**** Records ****

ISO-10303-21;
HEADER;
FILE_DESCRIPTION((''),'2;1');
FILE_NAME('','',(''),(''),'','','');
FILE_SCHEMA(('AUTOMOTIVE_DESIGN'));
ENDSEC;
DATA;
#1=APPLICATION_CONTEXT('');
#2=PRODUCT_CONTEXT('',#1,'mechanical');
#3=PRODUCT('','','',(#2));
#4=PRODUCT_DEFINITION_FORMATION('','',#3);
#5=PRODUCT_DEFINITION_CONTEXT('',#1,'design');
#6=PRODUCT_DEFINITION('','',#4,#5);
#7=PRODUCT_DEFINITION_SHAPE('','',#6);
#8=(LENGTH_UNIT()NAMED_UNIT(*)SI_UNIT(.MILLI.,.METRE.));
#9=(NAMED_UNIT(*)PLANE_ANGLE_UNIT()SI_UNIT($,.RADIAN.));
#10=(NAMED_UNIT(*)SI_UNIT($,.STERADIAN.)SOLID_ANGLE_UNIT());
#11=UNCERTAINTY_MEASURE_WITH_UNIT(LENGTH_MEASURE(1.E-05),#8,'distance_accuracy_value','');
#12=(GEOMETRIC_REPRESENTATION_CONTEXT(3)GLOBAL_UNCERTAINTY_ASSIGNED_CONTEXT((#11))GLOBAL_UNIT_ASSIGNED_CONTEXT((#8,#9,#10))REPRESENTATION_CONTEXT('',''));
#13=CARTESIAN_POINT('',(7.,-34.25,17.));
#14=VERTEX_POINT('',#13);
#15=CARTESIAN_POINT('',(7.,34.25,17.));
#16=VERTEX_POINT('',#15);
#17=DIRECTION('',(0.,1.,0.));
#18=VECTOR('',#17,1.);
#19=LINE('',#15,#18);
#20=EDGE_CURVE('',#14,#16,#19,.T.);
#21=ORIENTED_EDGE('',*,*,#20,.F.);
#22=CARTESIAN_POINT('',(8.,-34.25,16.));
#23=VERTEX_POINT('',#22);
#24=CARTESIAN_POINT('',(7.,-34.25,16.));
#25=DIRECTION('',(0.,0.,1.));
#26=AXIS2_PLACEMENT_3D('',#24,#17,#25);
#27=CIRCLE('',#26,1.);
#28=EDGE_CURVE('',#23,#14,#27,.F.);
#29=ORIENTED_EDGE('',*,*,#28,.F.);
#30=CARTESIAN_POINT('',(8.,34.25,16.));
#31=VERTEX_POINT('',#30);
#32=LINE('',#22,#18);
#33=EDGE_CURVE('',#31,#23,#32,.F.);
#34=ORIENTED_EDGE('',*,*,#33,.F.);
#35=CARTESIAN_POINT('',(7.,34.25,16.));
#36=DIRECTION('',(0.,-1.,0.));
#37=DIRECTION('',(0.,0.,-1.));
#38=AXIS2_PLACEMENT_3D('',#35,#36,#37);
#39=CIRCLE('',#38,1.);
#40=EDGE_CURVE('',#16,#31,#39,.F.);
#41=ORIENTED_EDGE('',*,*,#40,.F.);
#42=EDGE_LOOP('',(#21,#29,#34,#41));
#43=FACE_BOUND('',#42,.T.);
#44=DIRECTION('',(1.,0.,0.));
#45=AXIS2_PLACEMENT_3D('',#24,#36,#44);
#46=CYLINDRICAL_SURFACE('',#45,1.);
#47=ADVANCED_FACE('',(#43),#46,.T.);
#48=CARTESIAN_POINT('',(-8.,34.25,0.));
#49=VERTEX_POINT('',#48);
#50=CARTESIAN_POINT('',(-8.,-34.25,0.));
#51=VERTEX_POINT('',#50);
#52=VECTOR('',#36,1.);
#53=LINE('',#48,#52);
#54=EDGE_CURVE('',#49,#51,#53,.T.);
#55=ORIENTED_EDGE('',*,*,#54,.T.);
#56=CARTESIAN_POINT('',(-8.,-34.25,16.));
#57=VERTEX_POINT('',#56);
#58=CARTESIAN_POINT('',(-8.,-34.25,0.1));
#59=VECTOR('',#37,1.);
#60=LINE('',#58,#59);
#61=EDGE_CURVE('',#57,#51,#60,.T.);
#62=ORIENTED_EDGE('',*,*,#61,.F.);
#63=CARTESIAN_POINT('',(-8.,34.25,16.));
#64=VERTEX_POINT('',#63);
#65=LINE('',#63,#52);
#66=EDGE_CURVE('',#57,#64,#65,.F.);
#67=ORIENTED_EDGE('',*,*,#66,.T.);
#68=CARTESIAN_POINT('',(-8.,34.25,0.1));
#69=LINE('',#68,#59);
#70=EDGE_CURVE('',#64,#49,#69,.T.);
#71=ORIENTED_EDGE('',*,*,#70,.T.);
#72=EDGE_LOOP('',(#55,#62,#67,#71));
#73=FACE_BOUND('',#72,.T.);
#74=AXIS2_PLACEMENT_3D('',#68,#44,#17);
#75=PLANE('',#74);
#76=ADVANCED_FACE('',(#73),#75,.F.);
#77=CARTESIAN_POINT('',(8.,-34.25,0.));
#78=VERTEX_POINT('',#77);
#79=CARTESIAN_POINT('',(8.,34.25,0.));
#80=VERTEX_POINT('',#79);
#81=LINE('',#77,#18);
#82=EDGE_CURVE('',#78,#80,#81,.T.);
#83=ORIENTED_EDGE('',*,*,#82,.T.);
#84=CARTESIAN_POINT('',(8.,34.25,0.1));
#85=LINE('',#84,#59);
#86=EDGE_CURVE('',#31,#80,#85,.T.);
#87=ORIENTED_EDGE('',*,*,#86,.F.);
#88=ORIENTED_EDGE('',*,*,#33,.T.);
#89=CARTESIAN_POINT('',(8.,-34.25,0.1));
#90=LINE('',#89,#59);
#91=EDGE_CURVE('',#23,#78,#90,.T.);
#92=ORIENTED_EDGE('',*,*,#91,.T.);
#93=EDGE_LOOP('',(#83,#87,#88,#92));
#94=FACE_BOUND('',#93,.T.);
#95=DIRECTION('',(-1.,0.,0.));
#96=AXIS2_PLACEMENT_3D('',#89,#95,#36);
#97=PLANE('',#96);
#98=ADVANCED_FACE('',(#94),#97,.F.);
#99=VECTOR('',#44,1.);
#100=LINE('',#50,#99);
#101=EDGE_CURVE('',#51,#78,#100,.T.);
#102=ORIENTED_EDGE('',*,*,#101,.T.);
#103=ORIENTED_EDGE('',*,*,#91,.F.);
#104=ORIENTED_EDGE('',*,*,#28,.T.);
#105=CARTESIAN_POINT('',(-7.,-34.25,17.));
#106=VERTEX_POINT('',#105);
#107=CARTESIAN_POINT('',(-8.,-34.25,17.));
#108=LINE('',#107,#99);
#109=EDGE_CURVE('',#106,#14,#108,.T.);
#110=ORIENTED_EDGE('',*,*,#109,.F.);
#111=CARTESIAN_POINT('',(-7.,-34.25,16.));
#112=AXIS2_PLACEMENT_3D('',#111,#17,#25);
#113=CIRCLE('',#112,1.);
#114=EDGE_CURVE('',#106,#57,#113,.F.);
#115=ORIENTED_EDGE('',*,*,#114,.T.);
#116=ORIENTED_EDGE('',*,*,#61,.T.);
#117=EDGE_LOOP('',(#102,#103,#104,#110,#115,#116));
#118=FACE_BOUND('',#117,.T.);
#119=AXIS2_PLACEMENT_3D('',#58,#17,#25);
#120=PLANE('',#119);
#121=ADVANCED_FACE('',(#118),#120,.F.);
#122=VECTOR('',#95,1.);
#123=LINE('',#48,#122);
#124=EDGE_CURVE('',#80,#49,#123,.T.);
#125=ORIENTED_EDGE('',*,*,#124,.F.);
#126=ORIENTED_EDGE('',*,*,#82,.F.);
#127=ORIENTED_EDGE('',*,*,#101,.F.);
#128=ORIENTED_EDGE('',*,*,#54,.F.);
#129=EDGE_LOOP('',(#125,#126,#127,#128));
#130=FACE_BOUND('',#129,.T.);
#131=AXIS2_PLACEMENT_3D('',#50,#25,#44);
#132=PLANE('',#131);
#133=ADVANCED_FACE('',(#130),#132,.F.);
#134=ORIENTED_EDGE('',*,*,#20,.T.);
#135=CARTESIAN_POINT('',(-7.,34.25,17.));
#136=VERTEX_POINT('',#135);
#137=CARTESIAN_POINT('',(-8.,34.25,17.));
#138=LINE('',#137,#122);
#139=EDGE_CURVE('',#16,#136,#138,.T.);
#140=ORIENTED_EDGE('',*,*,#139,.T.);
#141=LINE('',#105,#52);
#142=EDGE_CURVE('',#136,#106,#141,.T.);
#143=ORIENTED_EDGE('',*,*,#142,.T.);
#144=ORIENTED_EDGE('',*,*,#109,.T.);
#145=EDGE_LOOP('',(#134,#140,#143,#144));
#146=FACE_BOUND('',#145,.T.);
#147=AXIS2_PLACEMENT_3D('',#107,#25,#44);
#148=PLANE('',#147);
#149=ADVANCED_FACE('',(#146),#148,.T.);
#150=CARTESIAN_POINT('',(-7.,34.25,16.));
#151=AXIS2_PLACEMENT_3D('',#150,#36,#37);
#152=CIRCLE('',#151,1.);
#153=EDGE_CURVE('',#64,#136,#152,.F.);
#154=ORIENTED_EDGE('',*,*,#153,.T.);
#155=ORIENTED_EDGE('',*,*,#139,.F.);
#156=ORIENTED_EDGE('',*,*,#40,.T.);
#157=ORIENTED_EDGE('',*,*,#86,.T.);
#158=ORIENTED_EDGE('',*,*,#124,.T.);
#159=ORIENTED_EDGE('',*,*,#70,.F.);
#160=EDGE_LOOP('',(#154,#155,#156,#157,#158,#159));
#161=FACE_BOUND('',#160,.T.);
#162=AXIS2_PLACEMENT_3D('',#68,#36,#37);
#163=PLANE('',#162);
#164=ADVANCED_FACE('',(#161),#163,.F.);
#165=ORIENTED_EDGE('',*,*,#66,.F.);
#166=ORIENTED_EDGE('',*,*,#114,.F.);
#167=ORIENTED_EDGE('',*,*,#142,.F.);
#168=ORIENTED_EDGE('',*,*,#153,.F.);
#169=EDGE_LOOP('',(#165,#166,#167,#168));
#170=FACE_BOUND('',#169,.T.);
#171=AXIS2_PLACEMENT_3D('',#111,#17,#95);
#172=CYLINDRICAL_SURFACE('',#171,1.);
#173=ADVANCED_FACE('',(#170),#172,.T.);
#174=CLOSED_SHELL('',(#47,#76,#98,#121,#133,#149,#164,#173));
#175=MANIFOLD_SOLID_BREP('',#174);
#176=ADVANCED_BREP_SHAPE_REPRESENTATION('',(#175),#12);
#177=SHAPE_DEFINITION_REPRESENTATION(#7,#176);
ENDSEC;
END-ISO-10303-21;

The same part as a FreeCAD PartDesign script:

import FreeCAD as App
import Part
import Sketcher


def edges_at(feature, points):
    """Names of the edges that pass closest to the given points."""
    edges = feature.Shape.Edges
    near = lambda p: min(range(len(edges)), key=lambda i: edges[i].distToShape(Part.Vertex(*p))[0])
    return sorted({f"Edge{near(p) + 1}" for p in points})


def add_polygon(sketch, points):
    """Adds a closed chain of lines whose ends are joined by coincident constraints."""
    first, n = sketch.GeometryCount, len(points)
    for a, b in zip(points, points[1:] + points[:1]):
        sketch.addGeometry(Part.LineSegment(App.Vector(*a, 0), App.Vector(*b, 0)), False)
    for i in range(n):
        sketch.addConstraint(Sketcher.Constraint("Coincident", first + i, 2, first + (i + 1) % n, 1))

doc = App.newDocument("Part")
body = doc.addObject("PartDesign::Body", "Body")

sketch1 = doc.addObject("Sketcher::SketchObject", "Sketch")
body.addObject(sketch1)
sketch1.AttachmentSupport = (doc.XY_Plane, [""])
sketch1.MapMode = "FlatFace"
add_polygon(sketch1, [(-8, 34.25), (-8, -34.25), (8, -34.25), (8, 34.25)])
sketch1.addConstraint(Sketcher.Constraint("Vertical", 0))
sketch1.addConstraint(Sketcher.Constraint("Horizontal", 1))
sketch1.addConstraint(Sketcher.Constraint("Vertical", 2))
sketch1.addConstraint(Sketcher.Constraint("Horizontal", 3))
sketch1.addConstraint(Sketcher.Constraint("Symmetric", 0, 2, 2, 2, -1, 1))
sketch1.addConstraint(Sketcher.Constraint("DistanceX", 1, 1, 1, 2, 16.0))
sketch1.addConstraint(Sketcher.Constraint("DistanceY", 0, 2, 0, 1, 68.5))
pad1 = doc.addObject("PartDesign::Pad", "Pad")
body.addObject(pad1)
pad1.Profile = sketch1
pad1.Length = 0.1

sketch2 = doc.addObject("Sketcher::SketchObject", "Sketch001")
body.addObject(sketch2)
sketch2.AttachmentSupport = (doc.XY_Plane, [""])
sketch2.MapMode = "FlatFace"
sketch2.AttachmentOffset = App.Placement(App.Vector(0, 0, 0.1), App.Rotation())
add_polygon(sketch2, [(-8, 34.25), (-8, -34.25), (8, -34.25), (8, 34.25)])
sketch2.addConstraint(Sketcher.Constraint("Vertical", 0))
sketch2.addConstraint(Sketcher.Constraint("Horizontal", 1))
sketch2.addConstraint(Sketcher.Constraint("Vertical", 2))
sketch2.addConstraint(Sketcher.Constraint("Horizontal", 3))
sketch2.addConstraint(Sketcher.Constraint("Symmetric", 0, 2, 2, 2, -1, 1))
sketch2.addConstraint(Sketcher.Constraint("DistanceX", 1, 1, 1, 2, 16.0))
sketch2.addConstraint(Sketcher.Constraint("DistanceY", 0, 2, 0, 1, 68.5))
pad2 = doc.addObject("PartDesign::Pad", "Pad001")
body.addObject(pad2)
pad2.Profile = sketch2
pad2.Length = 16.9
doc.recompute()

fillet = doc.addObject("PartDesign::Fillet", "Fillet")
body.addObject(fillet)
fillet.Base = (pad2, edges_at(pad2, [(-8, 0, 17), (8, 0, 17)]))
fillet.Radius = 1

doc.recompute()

****

> **Aim of the exercise**
What is needed is a word-for-word copy of the records above, from the first line through the line that contains "#3=PRODUCT('','','',(#2));".

> **Exercise response**
ISO-10303-21;
HEADER;
FILE_DESCRIPTION((''),'2;1');
FILE_NAME('','',(''),(''),'','','');
FILE_SCHEMA(('AUTOMOTIVE_DESIGN'));
ENDSEC;
DATA;
#1=APPLICATION_CONTEXT('');
#2=PRODUCT_CONTEXT('',#1,'mechanical');
#3=PRODUCT('','','',(#2));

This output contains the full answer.